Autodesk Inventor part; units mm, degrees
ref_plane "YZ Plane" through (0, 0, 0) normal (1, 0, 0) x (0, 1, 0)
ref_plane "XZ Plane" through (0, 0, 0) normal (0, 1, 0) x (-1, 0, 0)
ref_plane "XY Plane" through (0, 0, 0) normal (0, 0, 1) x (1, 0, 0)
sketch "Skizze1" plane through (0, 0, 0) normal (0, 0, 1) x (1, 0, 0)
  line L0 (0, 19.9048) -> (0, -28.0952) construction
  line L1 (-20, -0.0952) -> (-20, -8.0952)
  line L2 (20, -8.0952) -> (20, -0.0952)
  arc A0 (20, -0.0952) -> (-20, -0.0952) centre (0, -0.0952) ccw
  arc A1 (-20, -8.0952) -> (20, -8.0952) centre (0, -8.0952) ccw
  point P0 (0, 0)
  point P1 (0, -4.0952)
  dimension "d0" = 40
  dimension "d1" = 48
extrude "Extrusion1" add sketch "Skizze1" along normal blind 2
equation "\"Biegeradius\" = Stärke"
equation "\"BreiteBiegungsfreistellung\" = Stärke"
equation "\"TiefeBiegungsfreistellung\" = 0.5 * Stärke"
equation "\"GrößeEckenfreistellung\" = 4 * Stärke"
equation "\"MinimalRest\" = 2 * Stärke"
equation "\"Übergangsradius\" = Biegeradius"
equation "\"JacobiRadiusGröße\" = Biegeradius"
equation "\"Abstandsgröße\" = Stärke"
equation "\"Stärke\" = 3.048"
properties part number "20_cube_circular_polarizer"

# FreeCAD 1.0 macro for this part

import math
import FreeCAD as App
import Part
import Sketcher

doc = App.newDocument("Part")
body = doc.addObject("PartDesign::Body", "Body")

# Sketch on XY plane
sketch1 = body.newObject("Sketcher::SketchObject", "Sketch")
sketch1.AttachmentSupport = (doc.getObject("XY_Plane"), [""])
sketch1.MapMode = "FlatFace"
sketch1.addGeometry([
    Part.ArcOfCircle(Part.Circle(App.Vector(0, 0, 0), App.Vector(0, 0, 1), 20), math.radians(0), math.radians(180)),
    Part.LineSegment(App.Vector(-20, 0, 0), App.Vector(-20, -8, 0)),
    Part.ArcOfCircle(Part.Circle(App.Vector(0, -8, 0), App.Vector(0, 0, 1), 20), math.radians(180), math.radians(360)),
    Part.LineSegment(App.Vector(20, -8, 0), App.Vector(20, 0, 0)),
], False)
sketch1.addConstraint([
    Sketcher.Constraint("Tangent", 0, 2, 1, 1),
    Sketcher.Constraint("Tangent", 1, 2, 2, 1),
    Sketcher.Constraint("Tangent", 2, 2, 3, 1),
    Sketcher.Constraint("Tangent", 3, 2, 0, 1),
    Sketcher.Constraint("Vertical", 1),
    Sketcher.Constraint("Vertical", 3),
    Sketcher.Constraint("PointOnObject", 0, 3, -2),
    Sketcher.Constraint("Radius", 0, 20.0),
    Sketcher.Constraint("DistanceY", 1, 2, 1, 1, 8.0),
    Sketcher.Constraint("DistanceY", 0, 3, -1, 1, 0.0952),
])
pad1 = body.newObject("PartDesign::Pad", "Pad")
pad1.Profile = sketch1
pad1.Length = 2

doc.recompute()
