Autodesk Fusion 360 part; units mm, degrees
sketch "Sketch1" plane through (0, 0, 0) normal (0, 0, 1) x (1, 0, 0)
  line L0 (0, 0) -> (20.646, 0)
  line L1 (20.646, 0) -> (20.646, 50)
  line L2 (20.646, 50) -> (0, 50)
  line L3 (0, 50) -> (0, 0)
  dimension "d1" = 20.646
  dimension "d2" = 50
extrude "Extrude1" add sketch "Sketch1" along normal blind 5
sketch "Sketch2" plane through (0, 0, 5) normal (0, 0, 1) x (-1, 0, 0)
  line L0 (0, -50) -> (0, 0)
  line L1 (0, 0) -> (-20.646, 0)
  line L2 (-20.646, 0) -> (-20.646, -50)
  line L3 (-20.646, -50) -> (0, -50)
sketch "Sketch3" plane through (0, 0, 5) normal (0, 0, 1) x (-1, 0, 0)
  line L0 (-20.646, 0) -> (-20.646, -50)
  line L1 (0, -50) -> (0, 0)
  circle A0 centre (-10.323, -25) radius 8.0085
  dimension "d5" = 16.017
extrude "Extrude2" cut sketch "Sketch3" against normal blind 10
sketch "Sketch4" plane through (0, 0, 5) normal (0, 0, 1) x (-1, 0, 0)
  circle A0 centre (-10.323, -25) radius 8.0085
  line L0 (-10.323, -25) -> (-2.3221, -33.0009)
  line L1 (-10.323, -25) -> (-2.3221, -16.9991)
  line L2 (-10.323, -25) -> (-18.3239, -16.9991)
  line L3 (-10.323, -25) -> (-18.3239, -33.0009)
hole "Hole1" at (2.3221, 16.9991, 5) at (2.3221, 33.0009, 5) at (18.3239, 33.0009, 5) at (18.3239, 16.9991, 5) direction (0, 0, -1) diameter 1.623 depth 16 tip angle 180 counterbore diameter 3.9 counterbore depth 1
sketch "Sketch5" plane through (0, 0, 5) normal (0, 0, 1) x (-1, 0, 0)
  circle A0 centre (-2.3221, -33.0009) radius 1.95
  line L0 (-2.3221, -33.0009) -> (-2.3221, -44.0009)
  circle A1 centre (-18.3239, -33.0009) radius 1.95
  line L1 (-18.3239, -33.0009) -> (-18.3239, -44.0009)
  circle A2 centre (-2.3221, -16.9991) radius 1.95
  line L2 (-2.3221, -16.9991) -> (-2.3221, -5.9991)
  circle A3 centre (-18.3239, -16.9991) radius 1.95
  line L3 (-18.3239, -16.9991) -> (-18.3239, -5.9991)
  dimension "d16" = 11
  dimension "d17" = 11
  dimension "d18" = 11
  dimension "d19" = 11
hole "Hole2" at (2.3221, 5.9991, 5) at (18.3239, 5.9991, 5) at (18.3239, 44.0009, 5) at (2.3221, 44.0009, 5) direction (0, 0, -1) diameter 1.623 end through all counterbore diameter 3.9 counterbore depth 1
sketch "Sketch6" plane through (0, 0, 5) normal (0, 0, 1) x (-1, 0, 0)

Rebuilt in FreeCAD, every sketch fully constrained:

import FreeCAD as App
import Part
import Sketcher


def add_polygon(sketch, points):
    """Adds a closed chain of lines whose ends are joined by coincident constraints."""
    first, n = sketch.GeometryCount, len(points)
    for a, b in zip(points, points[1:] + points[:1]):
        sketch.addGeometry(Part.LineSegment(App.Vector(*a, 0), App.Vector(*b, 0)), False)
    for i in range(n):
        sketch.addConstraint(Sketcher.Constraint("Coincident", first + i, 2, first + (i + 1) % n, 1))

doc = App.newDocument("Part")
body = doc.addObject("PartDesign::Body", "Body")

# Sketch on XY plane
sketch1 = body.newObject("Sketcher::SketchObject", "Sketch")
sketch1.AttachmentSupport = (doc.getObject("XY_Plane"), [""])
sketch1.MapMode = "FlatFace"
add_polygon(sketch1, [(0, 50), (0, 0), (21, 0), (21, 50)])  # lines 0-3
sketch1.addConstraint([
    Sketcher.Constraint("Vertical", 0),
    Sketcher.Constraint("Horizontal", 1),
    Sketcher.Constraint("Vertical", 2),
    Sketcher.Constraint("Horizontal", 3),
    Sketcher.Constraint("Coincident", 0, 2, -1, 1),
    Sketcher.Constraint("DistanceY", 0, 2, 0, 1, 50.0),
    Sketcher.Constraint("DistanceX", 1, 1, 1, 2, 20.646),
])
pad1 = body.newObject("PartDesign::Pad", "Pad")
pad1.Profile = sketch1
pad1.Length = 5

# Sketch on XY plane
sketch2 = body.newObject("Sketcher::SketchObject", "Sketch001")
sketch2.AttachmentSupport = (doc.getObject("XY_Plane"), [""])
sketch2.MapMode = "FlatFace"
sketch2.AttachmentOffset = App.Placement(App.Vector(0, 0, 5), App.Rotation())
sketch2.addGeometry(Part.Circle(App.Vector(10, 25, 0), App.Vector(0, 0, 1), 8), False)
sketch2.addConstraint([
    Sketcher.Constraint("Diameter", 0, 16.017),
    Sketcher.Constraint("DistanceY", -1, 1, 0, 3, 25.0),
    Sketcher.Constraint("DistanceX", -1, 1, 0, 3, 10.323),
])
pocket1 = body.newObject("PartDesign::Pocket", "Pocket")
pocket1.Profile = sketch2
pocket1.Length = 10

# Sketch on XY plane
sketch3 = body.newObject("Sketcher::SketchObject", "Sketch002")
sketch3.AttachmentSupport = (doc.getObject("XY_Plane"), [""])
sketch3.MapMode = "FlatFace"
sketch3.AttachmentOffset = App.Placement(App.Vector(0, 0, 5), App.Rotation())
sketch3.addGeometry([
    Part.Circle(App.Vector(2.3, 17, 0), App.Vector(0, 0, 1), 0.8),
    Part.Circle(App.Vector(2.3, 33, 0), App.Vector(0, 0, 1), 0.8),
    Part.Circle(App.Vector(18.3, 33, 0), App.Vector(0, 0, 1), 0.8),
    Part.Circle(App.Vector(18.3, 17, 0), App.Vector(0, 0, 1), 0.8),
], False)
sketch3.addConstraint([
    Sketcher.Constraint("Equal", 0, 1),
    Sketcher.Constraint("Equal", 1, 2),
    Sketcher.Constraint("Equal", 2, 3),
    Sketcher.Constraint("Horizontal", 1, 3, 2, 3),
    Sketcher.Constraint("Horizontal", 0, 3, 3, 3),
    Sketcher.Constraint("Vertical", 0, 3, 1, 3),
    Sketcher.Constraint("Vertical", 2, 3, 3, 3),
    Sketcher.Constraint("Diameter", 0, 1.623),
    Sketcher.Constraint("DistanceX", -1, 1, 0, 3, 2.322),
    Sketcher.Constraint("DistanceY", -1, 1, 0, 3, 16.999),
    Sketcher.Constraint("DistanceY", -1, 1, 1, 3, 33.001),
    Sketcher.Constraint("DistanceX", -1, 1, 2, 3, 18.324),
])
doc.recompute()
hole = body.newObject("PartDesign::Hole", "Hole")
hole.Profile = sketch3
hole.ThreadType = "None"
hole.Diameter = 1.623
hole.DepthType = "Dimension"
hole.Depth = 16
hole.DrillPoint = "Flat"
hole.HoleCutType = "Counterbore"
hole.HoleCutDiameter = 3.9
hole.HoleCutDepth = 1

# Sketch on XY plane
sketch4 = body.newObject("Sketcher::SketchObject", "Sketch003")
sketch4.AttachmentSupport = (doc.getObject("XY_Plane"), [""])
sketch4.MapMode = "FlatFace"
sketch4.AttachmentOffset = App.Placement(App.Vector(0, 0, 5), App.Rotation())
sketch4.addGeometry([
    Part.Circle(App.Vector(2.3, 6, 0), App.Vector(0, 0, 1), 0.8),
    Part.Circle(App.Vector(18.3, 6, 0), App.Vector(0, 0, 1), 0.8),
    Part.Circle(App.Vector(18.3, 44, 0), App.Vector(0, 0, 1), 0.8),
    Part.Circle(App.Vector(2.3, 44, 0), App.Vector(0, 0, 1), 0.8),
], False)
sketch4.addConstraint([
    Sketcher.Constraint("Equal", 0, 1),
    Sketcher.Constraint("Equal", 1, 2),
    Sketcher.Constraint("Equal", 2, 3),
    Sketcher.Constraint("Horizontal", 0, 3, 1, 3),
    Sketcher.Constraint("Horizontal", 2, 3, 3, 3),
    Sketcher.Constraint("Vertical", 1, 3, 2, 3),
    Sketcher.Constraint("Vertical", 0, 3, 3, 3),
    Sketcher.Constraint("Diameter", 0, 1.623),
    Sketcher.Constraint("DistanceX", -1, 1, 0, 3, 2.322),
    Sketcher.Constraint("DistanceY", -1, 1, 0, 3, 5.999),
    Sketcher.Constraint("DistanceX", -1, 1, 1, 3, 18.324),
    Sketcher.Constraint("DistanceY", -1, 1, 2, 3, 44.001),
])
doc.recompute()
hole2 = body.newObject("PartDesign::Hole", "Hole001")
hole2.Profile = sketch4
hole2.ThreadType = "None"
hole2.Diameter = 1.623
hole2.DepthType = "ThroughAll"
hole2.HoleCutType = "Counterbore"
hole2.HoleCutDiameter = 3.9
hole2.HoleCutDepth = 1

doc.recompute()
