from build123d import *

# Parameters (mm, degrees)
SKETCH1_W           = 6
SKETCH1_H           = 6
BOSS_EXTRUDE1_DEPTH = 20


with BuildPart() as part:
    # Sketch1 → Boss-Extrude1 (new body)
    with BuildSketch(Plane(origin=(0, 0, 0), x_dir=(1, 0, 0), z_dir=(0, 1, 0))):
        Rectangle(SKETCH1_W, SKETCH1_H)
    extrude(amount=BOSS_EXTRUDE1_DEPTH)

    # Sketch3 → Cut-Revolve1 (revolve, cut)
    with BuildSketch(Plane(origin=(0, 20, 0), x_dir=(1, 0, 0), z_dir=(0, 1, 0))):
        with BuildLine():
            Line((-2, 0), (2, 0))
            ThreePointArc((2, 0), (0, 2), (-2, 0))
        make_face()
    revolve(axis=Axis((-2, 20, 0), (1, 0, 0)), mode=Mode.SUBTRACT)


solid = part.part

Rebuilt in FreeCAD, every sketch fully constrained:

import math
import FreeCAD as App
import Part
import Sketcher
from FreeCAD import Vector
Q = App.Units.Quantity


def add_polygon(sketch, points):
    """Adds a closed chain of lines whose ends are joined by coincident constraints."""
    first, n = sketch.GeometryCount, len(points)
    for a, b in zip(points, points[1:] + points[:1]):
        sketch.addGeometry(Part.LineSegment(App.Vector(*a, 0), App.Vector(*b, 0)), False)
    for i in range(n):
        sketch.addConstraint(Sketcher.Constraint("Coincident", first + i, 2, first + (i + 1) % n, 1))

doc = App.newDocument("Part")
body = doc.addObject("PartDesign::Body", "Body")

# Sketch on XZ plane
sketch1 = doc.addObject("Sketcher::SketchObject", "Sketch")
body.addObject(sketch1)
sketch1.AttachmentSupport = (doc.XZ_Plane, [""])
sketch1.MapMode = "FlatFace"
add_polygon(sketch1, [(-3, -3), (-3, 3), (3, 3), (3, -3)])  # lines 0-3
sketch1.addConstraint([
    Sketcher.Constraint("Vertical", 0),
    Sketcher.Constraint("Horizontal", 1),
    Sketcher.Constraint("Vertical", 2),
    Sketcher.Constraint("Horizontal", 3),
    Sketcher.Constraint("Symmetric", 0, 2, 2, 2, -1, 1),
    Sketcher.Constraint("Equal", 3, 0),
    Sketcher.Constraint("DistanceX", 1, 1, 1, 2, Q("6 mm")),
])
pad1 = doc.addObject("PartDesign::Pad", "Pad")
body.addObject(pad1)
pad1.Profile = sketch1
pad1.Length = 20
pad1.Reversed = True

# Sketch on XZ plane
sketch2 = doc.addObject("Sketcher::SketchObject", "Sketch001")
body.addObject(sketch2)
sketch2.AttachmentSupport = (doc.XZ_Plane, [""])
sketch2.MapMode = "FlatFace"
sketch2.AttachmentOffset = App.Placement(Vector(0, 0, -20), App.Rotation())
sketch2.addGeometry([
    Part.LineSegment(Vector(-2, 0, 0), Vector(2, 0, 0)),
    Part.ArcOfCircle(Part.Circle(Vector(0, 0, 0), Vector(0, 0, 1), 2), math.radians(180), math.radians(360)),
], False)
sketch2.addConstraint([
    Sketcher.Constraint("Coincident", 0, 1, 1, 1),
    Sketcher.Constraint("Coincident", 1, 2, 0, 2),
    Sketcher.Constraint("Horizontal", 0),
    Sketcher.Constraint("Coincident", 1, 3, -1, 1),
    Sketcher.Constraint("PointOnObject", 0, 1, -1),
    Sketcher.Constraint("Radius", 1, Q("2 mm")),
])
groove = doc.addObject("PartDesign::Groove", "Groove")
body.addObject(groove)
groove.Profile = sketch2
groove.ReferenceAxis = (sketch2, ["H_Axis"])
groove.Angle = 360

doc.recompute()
--------------------------------------------------
Up to and including the line that holds "# FreeCAD 1.0 macro for this part", reproduce the records above exactly from their first line, and give nothing else.

--- Output below ---
Autodesk Inventor part; units mm, degrees
ref_plane "YZ Plane" through (0, 0, 0) normal (1, 0, 0) x (0, 1, 0)
ref_plane "XZ Plane" through (0, 0, 0) normal (0, 1, 0) x (-1, 0, 0)
ref_plane "XY Plane" through (0, 0, 0) normal (0, 0, 1) x (1, 0, 0)
sketch "Skizze1" plane through (0, 0, 0) normal (0, 0, 1) x (1, 0, 0)
  line L0 (0, 19.9048) -> (0, -28.0952) construction
  line L1 (-20, -0.0952) -> (-20, -8.0952)
  line L2 (20, -8.0952) -> (20, -0.0952)
  arc A0 (20, -0.0952) -> (-20, -0.0952) centre (0, -0.0952) ccw
  arc A1 (-20, -8.0952) -> (20, -8.0952) centre (0, -8.0952) ccw
  point P0 (0, 0)
  point P1 (0, -4.0952)
  dimension "d0" = 40
  dimension "d1" = 48
extrude "Extrusion1" add sketch "Skizze1" along normal blind 2
equation "\"Biegeradius\" = Stärke"
equation "\"BreiteBiegungsfreistellung\" = Stärke"
equation "\"TiefeBiegungsfreistellung\" = 0.5 * Stärke"
equation "\"GrößeEckenfreistellung\" = 4 * Stärke"
equation "\"MinimalRest\" = 2 * Stärke"
equation "\"Übergangsradius\" = Biegeradius"
equation "\"JacobiRadiusGröße\" = Biegeradius"
equation "\"Abstandsgröße\" = Stärke"
equation "\"Stärke\" = 3.048"
properties part number "20_cube_circular_polarizer"

# FreeCAD 1.0 macro for this part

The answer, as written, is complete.